= Sturgeon Lake First Nation =

First Nation in Saskatchewan, Canada

The Sturgeon Lake First Nation (ᓇᒦᐏ ᓵᑲᐦᐃᑲᓂᕽ, namîwi-sâkahikanihk) is a Cree First Nation band government in Saskatchewan, Canada. Its location is on the eastern shore of Sturgeon Lake about 30 km northwest of Prince Albert. The First Nation's territory consists of one reserve, Sturgeon Lake 101. It is located in the transition zone between the aspen parkland and boreal forest biomes. The reserve borders the Rural Municipalities of Shellbrook No. 493 and Buckland No. 491, as well as the Little Red River 106C.

==History==

On August 23, 1876, Chief Ah-yah-tus-kum-ik-im-am (Chief William Twatt) and four headmen signed Treaty Six at Fort Carlton and selected their reserve. The First Nation is today predominantly Cree culturally but also has some Saulteaux members. It was originally known as the William Twatt Band after the Orcadian surname of the Treaty Chief, who was the Grandson of Magnus Twatt who came from Orkney (off the North coast of Scotland) in 1771 to work for the Hudson's Bay Company, but changed its name in 1963 to the Sturgeon Lake Band, and later to the Sturgeon Lake First Nation.
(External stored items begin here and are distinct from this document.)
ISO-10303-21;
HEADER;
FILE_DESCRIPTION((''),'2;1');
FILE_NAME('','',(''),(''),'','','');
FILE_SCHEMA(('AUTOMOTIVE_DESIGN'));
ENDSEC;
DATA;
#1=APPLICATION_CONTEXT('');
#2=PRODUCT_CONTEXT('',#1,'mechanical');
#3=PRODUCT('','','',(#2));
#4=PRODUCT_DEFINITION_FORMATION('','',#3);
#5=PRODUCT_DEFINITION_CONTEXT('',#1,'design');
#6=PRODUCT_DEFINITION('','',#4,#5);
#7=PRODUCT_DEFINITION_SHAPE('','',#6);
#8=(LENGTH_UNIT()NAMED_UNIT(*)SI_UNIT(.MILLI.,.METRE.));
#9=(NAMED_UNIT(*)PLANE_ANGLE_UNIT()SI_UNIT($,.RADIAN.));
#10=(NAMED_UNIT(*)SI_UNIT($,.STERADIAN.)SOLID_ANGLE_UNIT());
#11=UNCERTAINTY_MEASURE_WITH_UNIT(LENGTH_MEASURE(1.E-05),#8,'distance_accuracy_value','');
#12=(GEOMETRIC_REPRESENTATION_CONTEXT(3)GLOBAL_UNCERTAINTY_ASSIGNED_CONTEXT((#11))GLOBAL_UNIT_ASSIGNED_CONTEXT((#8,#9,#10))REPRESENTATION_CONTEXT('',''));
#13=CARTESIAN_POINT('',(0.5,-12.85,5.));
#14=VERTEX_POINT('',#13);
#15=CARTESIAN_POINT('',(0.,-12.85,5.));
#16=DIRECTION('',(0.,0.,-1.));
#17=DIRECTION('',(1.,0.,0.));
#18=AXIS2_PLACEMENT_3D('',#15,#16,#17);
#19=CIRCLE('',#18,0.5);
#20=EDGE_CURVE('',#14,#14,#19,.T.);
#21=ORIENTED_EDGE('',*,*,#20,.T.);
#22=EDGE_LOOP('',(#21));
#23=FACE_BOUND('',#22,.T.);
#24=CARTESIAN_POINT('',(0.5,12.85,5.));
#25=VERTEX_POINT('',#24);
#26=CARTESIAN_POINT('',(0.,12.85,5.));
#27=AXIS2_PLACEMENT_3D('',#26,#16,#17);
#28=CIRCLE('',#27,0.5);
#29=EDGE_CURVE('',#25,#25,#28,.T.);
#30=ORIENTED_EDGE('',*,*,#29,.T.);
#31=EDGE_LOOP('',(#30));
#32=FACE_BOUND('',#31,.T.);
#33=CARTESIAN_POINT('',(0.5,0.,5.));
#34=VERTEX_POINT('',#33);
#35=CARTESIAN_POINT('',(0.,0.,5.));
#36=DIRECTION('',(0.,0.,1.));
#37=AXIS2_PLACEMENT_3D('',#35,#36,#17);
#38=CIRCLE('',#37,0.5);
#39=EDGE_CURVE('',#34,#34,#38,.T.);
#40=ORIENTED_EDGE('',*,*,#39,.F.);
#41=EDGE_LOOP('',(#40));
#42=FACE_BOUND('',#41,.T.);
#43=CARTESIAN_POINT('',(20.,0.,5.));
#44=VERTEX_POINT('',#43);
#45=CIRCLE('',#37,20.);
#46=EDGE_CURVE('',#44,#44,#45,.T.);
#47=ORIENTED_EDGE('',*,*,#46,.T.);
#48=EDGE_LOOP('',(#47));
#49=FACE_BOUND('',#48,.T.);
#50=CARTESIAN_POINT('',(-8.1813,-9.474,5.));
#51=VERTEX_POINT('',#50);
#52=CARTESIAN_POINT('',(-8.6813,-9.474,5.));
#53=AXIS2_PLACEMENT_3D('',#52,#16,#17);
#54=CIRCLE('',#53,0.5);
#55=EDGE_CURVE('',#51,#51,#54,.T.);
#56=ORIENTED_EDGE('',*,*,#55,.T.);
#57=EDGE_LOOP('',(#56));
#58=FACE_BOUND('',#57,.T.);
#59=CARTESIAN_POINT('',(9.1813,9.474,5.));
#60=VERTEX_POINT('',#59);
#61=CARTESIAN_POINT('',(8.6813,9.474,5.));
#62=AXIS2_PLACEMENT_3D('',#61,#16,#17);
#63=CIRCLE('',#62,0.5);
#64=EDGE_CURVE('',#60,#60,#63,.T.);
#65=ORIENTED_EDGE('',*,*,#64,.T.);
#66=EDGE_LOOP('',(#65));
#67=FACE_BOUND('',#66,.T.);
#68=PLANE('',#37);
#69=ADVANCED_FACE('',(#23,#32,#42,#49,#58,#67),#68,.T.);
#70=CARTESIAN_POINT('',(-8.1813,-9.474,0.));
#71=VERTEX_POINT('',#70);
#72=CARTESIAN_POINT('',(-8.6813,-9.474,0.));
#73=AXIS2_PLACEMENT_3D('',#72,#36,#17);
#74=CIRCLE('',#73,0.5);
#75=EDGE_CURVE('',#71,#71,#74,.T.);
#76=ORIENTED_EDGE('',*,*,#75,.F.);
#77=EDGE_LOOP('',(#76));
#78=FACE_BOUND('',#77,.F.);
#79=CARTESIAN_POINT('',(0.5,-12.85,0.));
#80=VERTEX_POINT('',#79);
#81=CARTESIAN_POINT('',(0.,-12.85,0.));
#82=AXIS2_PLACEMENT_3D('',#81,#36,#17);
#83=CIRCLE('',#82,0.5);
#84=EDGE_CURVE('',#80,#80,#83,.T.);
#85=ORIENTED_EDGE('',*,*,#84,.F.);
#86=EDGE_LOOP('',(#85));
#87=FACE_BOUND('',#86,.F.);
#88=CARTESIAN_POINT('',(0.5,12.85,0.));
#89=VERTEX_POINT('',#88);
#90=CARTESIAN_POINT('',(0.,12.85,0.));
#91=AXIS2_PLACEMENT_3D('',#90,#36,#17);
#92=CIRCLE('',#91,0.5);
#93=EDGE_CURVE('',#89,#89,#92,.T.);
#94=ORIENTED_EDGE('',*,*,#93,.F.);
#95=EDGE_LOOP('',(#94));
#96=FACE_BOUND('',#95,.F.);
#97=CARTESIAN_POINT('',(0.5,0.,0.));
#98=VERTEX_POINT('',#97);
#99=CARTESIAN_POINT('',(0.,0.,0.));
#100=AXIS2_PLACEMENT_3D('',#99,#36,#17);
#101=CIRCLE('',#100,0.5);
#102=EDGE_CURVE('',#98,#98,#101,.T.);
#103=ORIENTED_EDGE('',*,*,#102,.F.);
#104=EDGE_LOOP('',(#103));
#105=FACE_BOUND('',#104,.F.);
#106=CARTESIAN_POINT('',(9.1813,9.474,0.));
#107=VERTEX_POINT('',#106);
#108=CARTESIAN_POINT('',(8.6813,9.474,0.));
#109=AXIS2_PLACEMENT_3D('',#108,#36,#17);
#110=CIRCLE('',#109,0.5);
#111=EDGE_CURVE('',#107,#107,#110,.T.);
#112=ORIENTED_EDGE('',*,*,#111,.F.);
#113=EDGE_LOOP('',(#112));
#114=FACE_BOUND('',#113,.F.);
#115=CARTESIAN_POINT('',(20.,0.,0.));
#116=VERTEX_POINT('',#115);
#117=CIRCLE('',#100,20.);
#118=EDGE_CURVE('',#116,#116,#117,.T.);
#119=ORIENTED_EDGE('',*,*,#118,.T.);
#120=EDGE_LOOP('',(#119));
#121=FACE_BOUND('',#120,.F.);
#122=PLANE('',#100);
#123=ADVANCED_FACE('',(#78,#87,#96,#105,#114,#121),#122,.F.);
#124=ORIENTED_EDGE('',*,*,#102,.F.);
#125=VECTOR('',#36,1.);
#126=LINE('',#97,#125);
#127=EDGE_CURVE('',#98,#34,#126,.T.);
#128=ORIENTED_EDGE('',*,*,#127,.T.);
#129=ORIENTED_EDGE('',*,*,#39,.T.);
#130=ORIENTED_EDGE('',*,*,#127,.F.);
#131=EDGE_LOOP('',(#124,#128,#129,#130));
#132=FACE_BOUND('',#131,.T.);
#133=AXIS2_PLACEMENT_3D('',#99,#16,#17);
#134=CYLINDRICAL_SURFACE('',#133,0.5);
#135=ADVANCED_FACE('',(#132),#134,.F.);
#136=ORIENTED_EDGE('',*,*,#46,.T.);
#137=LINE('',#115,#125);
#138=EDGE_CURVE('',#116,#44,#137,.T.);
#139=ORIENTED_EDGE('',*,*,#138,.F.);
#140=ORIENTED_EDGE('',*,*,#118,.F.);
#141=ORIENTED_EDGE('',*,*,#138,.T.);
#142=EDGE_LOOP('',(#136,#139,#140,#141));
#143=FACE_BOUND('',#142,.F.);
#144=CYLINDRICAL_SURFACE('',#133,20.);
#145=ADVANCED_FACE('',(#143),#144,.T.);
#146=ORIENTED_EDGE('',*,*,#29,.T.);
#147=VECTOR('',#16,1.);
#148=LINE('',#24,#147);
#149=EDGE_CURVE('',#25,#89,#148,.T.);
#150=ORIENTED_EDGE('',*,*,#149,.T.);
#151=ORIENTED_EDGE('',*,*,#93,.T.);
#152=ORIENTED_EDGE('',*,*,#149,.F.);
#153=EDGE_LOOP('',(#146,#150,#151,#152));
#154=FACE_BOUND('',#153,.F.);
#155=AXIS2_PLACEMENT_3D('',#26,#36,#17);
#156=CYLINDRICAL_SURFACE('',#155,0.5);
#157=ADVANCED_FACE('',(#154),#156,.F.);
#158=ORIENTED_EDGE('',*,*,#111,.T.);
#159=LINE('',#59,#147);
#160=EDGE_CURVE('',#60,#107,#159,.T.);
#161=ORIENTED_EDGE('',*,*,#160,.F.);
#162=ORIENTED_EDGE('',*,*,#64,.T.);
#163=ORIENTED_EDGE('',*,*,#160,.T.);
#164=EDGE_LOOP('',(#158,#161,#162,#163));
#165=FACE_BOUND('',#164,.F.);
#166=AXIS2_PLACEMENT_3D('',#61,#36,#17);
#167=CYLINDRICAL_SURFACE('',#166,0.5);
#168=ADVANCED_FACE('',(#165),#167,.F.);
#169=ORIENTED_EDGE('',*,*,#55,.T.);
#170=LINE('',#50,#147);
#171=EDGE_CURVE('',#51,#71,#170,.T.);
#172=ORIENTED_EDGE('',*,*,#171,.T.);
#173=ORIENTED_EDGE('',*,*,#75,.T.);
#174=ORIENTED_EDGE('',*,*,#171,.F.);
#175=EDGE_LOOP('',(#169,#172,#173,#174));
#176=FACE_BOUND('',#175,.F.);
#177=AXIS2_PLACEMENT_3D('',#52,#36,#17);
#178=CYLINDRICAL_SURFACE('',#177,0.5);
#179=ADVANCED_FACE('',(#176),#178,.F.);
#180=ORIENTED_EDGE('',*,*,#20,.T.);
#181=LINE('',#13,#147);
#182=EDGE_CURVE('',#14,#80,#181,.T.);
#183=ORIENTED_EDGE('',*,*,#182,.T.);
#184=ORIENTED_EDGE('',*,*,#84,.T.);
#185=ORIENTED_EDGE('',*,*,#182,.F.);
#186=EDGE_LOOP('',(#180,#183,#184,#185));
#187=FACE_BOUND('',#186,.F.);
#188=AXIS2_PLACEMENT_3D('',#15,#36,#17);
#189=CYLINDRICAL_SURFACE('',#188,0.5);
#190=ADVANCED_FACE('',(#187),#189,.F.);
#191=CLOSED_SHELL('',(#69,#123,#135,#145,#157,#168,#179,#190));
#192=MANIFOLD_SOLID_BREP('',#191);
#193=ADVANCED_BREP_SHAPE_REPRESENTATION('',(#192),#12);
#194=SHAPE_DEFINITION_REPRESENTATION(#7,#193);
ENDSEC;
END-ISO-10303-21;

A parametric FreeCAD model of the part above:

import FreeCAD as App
import Part
import Sketcher

V = App.Vector

doc = App.newDocument("Part")
params = doc.addObject("Spreadsheet::Sheet", "Params")
for row, (alias, value) in enumerate([
    ("sketch1_diameter", "40 mm"),
    ("sketch1_diameter2", "1 mm"),
    ("pad1_length", "5 mm"),
    ("sketch2_diameter", "1 mm"),
    ("pocket1_length", "5 mm"),
], start=1):
    params.set(f"A{row}", alias)
    params.set(f"B{row}", "=" + value)
    params.setAlias(f"B{row}", alias)

body = doc.addObject("PartDesign::Body", "Body")

# Sketch on XY plane
sketch1 = doc.addObject("Sketcher::SketchObject", "Sketch")
body.addObject(sketch1)
sketch1.AttachmentSupport = (doc.XY_Plane, [""])
sketch1.MapMode = "FlatFace"
sketch1.addGeometry(Part.Circle(V(0, 0, 0), V(0, 0, 1), 20), False)
sketch1.addGeometry(Part.Circle(V(0, 0, 0), V(0, 0, 1), 0.5), False)
sketch1.addConstraint(Sketcher.Constraint("Coincident", 0, 3, -1, 1))
sketch1.addConstraint(Sketcher.Constraint("Coincident", 1, 3, -1, 1))
sketch1.addConstraint(Sketcher.Constraint("Diameter", 0, 40.0))
sketch1.addConstraint(Sketcher.Constraint("Diameter", 1, 1.0))
sketch1.setExpression("Constraints[2]", "Params.sketch1_diameter")
sketch1.setExpression("Constraints[3]", "Params.sketch1_diameter2")
pad1 = doc.addObject("PartDesign::Pad", "Pad")
body.addObject(pad1)
pad1.Profile = sketch1
pad1.setExpression("Length", "Params.pad1_length")

# Sketch on XY plane
sketch2 = doc.addObject("Sketcher::SketchObject", "Sketch001")
body.addObject(sketch2)
sketch2.AttachmentSupport = (doc.XY_Plane, [""])
sketch2.MapMode = "FlatFace"
sketch2.AttachmentOffset = App.Placement(V(0, 0, 5), App.Rotation())
sketch2.addGeometry(Part.Circle(V(0, -12.8, 0), V(0, 0, 1), 0.5), False)
sketch2.addGeometry(Part.Circle(V(-8.7, -9.5, 0), V(0, 0, 1), 0.5), False)
sketch2.addGeometry(Part.Circle(V(0, 12.8, 0), V(0, 0, 1), 0.5), False)
sketch2.addGeometry(Part.Circle(V(8.7, 9.5, 0), V(0, 0, 1), 0.5), False)
sketch2.addConstraint(Sketcher.Constraint("Equal", 0, 1))
sketch2.addConstraint(Sketcher.Constraint("Equal", 1, 2))
sketch2.addConstraint(Sketcher.Constraint("Equal", 2, 3))
sketch2.addConstraint(Sketcher.Constraint("Symmetric", 0, 3, 2, 3, -1, 1))
sketch2.addConstraint(Sketcher.Constraint("Symmetric", 1, 3, 3, 3, -1, 1))
sketch2.addConstraint(Sketcher.Constraint("PointOnObject", 0, 3, -2))
sketch2.addConstraint(Sketcher.Constraint("Diameter", 0, 1.0))
sketch2.addConstraint(Sketcher.Constraint("DistanceY", 0, 3, -1, 1, 12.85))
sketch2.addConstraint(Sketcher.Constraint("DistanceY", 1, 3, -1, 1, 9.474))
sketch2.addConstraint(Sketcher.Constraint("DistanceX", 1, 3, -1, 1, 8.6813))
sketch2.setExpression("Constraints[6]", "Params.sketch2_diameter")
pocket1 = doc.addObject("PartDesign::Pocket", "Pocket")
body.addObject(pocket1)
pocket1.Profile = sketch2
pocket1.setExpression("Length", "Params.pocket1_length")

doc.recompute()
The 2001 settling of a grievance between the band and the federal government concerning a loss of timber revenue that dated back to 1906 has enabled the community to expand its economic opportunities.

==Reserves==

Sturgeon Lake First Nation has reserved for themselves five reserves:

- Sturgeon Lake 101
- Sturgeon Lake 101A
- Sturgeon Lake 101B
- Sturgeon Lake 101C
- Sturgeon Lake 101D

==Infrastructure==
The community's infrastructure includes a band office, school, gymnasium, fire hall, band hall, community health clinic, and a healing lodge. Currently 1,578 of the 2,188 band members live on their 9,209.5-ha reserve.